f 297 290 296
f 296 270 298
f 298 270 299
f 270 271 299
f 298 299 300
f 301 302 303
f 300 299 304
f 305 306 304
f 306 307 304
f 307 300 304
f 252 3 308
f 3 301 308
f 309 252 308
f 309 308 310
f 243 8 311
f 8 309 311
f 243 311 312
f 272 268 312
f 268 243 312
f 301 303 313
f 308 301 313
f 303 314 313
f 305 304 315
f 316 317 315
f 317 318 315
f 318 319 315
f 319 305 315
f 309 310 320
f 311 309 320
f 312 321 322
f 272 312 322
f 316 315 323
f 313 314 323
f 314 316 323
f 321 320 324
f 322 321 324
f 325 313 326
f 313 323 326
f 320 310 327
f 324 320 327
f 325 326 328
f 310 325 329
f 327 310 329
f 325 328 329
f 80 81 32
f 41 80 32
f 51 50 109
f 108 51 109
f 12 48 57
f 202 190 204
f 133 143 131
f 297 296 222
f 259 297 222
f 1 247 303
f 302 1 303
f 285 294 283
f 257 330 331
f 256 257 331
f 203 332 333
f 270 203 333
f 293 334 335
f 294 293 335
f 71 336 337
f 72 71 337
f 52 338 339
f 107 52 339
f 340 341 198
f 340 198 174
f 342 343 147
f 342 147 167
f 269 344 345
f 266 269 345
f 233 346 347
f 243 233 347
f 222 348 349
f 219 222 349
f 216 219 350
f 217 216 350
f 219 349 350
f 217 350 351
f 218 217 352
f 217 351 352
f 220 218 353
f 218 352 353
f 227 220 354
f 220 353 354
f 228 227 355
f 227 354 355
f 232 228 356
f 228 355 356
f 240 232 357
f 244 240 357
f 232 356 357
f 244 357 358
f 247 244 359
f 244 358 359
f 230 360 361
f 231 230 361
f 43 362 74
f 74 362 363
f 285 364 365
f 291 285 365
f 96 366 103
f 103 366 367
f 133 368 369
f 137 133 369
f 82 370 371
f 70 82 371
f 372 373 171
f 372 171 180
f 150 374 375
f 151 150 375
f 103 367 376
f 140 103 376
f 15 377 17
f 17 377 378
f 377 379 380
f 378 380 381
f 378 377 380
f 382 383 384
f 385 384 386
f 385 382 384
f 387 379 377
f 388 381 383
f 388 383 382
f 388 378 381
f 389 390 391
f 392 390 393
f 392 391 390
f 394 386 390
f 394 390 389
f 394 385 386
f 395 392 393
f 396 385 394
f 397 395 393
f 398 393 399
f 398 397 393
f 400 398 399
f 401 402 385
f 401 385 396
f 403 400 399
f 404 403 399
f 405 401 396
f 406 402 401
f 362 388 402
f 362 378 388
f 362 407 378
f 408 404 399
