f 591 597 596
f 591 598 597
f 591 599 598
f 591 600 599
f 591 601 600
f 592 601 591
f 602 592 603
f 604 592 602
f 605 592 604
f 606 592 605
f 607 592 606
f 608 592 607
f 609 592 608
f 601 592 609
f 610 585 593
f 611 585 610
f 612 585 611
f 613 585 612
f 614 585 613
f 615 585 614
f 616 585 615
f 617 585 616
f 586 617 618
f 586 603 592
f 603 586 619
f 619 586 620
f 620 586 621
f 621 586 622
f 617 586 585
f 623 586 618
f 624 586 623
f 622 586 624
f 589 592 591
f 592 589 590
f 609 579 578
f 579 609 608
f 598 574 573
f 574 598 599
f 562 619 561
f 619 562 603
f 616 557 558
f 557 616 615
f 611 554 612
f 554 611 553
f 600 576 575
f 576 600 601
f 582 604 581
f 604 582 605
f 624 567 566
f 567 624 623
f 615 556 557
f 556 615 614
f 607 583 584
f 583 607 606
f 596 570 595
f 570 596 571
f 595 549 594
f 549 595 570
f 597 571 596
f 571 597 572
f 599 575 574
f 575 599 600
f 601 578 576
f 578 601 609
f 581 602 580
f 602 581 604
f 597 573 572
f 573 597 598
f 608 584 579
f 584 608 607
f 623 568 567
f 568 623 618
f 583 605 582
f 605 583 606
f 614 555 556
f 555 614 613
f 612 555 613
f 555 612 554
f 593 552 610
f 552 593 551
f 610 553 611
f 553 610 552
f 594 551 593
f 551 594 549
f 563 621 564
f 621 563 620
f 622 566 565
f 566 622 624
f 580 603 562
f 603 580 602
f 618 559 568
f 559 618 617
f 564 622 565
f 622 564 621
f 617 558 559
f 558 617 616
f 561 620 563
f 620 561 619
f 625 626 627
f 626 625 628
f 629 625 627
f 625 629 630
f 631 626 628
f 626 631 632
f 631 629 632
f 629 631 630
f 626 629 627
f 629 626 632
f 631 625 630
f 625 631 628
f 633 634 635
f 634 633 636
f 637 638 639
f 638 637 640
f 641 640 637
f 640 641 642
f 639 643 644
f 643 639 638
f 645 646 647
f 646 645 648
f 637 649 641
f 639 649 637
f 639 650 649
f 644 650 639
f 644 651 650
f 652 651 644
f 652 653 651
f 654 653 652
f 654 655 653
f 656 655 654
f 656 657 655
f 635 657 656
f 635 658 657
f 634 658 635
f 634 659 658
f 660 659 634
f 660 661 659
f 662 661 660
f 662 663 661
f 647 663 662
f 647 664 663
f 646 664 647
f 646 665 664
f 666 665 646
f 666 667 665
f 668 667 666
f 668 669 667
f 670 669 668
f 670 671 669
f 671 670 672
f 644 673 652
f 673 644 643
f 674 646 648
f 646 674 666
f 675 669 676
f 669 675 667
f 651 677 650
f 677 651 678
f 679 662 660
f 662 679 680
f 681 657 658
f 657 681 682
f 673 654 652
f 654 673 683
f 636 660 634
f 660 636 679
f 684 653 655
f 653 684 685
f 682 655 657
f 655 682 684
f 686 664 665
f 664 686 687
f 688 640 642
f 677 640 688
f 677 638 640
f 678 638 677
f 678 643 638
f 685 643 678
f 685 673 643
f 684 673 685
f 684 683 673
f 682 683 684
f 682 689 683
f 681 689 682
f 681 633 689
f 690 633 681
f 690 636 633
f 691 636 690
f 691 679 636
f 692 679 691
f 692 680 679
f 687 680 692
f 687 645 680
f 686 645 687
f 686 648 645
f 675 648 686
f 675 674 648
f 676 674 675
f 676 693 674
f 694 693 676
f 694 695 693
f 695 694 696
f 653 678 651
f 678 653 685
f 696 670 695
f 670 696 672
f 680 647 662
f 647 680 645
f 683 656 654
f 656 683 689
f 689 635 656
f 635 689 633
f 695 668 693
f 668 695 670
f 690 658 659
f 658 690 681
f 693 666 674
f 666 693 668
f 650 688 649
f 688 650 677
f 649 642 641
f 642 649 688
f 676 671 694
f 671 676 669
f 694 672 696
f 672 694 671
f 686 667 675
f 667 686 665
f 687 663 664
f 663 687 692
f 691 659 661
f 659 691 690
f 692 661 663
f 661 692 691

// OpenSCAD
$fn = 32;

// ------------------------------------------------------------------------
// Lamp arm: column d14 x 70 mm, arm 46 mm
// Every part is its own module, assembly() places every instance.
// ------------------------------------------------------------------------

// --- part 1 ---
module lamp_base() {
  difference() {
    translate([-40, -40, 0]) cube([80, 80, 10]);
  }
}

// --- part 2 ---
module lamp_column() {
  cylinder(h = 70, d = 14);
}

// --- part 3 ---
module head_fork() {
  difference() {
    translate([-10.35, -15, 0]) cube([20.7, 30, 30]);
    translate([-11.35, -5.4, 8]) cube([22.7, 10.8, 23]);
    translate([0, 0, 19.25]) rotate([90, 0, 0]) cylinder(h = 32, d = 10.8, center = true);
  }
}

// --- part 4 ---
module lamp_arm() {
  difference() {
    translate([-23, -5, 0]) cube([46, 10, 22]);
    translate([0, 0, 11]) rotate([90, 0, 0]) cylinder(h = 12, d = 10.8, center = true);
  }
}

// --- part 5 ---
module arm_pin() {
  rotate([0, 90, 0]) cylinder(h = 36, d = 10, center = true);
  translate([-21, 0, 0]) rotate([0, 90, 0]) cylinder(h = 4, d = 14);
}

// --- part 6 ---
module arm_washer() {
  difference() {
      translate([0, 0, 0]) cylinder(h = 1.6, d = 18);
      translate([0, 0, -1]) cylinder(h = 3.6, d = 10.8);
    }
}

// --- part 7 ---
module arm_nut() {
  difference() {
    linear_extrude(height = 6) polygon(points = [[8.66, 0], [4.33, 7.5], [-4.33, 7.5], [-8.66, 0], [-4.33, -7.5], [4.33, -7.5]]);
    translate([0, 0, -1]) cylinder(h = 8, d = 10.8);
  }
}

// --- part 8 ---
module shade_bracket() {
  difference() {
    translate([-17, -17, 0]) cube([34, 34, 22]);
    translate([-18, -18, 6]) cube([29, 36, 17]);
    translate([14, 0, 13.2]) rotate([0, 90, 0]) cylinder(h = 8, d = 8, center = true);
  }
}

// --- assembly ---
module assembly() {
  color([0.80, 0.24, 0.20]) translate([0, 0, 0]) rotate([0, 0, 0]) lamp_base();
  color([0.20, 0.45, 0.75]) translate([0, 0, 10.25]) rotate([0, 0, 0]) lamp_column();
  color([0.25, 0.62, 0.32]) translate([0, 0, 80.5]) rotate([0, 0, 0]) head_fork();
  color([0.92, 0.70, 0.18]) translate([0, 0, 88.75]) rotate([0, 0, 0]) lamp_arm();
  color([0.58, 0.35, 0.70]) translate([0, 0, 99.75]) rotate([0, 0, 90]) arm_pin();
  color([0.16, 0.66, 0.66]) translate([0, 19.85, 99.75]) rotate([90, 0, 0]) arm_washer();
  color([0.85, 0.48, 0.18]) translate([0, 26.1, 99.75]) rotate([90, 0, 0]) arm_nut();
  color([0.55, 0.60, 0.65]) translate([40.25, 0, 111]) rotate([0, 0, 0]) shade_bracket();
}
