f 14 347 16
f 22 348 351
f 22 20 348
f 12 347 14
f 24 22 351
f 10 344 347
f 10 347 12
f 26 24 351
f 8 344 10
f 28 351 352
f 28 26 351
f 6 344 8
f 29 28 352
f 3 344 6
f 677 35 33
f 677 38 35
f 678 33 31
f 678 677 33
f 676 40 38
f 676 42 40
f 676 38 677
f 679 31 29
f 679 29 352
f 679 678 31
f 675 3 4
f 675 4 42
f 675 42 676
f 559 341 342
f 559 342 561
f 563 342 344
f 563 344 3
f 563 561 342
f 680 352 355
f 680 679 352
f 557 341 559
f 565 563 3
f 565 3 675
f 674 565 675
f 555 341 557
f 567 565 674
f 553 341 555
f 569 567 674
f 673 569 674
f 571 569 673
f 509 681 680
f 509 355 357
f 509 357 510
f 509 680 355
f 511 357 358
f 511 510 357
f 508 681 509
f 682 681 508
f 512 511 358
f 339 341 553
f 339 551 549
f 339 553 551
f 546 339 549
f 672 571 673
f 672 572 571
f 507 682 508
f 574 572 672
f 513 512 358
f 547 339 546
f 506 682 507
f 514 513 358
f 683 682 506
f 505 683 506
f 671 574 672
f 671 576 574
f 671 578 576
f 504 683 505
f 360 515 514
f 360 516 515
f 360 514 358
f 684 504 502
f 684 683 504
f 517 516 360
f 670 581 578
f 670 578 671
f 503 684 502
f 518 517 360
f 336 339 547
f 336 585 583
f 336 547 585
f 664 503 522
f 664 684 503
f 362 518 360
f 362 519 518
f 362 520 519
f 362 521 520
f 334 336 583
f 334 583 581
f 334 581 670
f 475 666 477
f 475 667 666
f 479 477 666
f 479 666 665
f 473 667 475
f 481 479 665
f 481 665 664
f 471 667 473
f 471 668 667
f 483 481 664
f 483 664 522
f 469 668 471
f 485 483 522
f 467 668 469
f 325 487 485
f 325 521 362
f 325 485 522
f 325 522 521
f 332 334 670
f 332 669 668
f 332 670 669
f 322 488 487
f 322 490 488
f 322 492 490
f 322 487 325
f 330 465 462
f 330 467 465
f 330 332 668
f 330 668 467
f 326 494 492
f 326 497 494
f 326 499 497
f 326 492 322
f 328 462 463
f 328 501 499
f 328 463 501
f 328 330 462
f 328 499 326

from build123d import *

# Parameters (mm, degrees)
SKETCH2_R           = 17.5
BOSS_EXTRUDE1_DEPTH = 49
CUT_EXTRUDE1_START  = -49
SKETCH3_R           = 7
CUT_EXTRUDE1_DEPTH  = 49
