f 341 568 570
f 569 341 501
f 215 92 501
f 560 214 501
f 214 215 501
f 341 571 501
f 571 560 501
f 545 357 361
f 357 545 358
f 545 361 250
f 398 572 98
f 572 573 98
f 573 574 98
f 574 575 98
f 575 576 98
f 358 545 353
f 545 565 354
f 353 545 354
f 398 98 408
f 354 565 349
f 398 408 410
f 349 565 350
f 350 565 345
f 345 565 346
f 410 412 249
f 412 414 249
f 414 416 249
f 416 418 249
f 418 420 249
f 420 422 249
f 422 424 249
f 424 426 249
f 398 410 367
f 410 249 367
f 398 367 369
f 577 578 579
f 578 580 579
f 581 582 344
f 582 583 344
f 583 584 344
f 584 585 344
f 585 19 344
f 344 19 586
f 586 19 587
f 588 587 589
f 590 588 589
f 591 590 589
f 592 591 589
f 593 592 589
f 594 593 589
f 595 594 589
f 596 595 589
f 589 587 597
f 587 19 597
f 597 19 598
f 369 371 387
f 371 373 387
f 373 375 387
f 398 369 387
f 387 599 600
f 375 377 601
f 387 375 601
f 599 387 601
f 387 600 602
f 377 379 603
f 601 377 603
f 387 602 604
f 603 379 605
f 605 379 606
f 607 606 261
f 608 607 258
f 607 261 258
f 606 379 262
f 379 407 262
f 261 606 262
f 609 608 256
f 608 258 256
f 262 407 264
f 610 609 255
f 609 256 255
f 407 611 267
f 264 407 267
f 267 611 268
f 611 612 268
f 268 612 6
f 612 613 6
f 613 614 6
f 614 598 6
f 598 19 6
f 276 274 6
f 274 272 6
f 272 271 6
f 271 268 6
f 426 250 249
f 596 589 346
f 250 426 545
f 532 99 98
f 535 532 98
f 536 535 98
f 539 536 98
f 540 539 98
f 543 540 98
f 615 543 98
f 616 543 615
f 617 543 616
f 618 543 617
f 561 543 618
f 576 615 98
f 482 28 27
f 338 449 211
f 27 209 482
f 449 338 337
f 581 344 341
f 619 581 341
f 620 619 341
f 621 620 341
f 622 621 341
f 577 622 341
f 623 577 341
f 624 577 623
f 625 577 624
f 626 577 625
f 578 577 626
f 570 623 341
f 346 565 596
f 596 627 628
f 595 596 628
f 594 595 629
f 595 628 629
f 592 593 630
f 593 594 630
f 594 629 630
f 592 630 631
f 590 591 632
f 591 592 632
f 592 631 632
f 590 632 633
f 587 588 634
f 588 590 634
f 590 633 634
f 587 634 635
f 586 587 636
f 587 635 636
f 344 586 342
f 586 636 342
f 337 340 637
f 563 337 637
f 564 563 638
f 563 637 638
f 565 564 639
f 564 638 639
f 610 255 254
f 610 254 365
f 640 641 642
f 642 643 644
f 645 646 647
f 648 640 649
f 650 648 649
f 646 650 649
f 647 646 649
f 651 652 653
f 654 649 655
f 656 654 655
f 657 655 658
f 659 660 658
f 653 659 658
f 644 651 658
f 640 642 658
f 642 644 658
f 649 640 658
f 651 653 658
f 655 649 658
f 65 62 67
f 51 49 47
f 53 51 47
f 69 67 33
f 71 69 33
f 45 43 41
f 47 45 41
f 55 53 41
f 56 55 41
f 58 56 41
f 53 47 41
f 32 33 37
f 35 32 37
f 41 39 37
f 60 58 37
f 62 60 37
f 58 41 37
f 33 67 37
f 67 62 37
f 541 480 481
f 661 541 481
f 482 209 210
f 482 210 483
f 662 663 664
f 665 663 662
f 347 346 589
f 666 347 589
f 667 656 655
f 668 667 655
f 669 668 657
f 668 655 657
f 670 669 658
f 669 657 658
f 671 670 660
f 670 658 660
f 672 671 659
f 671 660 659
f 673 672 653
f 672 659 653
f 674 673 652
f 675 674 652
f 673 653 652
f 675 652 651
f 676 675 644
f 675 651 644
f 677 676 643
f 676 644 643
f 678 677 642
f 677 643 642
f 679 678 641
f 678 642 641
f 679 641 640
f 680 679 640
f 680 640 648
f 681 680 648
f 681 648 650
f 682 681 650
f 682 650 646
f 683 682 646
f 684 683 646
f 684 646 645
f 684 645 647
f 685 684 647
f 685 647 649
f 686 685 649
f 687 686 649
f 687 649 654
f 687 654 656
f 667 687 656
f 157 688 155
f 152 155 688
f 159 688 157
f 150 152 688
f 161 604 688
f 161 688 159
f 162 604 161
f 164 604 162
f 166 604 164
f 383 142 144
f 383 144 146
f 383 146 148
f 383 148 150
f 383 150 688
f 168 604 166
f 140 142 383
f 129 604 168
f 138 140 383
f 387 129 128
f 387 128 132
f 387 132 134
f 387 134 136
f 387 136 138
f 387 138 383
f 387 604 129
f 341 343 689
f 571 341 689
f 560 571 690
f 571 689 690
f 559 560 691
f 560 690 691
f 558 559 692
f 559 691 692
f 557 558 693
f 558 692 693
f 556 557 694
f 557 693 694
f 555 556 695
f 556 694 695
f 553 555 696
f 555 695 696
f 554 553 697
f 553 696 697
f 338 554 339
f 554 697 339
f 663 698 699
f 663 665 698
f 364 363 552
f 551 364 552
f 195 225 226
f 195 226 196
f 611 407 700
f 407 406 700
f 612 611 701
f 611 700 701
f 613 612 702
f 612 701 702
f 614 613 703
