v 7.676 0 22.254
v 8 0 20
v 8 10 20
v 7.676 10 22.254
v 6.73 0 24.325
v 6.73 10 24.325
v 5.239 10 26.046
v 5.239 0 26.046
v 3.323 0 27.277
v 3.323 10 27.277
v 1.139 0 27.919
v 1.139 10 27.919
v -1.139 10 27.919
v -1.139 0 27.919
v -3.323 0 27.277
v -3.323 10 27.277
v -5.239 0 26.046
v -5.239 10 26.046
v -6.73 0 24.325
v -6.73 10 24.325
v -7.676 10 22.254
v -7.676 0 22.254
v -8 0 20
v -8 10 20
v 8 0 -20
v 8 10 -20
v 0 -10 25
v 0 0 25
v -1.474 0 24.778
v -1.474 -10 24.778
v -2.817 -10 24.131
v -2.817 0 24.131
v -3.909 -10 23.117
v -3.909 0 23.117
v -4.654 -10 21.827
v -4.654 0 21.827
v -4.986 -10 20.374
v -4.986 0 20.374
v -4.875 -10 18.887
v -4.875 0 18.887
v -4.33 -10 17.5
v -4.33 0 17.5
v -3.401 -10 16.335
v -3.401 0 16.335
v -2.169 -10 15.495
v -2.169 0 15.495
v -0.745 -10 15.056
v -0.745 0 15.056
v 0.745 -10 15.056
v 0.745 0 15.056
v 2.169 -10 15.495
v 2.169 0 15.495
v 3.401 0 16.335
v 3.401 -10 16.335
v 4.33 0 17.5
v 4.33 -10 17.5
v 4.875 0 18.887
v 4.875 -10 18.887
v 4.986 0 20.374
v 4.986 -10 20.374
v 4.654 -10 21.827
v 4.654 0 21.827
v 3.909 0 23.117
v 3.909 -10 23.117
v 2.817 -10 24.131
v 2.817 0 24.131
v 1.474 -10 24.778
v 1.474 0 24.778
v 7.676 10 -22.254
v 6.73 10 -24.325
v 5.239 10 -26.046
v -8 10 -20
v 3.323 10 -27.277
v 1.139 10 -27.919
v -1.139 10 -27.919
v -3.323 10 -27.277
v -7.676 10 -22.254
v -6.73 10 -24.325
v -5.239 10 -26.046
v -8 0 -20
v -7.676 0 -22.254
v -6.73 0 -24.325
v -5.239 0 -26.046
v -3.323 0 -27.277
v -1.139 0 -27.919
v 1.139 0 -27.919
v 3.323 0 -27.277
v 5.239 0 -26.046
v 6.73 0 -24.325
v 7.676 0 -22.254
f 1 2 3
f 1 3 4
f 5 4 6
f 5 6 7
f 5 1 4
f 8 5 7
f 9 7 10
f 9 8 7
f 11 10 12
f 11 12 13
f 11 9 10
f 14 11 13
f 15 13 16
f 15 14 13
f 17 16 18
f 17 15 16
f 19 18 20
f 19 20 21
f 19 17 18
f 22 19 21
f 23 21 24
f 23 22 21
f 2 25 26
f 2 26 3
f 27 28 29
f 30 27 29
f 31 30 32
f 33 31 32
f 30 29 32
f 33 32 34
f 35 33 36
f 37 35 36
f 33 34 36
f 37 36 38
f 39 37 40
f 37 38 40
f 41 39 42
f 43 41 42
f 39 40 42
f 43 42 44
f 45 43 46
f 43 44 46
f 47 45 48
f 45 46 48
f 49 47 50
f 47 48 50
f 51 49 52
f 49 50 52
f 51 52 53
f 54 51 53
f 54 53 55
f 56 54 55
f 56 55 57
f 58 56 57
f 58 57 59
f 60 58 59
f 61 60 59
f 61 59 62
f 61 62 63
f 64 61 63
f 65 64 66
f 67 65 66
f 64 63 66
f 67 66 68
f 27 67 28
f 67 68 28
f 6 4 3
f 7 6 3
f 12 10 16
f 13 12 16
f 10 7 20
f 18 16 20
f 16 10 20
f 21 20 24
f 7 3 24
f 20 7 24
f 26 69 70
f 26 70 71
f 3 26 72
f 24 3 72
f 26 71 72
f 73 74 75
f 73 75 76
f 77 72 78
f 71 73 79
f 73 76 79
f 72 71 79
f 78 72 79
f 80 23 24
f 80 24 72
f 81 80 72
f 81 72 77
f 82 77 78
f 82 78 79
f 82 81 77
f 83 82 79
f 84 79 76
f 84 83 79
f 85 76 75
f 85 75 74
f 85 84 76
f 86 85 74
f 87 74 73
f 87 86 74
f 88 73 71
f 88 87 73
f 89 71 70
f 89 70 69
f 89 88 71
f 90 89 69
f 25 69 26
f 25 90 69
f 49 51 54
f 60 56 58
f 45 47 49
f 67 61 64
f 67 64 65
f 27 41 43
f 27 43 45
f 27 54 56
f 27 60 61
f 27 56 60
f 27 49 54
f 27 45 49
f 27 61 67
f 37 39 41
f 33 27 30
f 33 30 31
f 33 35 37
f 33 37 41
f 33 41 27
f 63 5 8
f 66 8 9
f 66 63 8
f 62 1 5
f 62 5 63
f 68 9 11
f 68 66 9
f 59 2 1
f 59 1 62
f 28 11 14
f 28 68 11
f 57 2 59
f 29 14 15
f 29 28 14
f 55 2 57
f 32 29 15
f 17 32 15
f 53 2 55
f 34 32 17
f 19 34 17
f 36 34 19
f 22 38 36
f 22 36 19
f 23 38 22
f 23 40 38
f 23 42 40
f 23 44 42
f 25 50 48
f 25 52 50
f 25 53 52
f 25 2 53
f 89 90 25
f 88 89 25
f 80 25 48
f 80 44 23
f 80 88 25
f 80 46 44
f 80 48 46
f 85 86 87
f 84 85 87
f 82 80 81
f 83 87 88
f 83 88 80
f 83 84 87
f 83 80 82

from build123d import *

# Parameters (mm, degrees)
BOSS_EXTRUDE1_DEPTH = 10
SKETCH2_R           = 5
BOSS_EXTRUDE2_DEPTH = 10


with BuildPart() as part:
    # Sketch1 → Boss-Extrude1 (new body)
    with BuildSketch(Plane(origin=(0, 0, 0), x_dir=(1, 0, 0), z_dir=(0, 1, 0))):
        with BuildLine():
            Line((8, 20), (8, -20))
            ThreePointArc((8, -20), (0, -28), (-8, -20))
            Line((-8, -20), (-8, 20))
            ThreePointArc((-8, 20), (0, 28), (8, 20))
        make_face()
    extrude(amount=BOSS_EXTRUDE1_DEPTH)

    # Sketch2 → Boss-Extrude2 (add)
    with BuildSketch(Plane.XZ):
        with Locations(Location((0, 20, 0), (0, 0, 90))):
            Circle(SKETCH2_R)
    extrude(amount=BOSS_EXTRUDE2_DEPTH)


solid = part.part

WHAT THIS TASK INVOLVES:
Copy out each line of the entries that holds "cube".

FINAL ANSWER:
    translate([-40, -40, 0]) cube([80, 80, 10]);
    translate([-10.35, -15, 0]) cube([20.7, 30, 30]);
    translate([-11.35, -5.4, 8]) cube([22.7, 10.8, 23]);
    translate([-23, -5, 0]) cube([46, 10, 22]);
    translate([-17, -17, 0]) cube([34, 34, 22]);
    translate([-18, -18, 6]) cube([29, 36, 17]);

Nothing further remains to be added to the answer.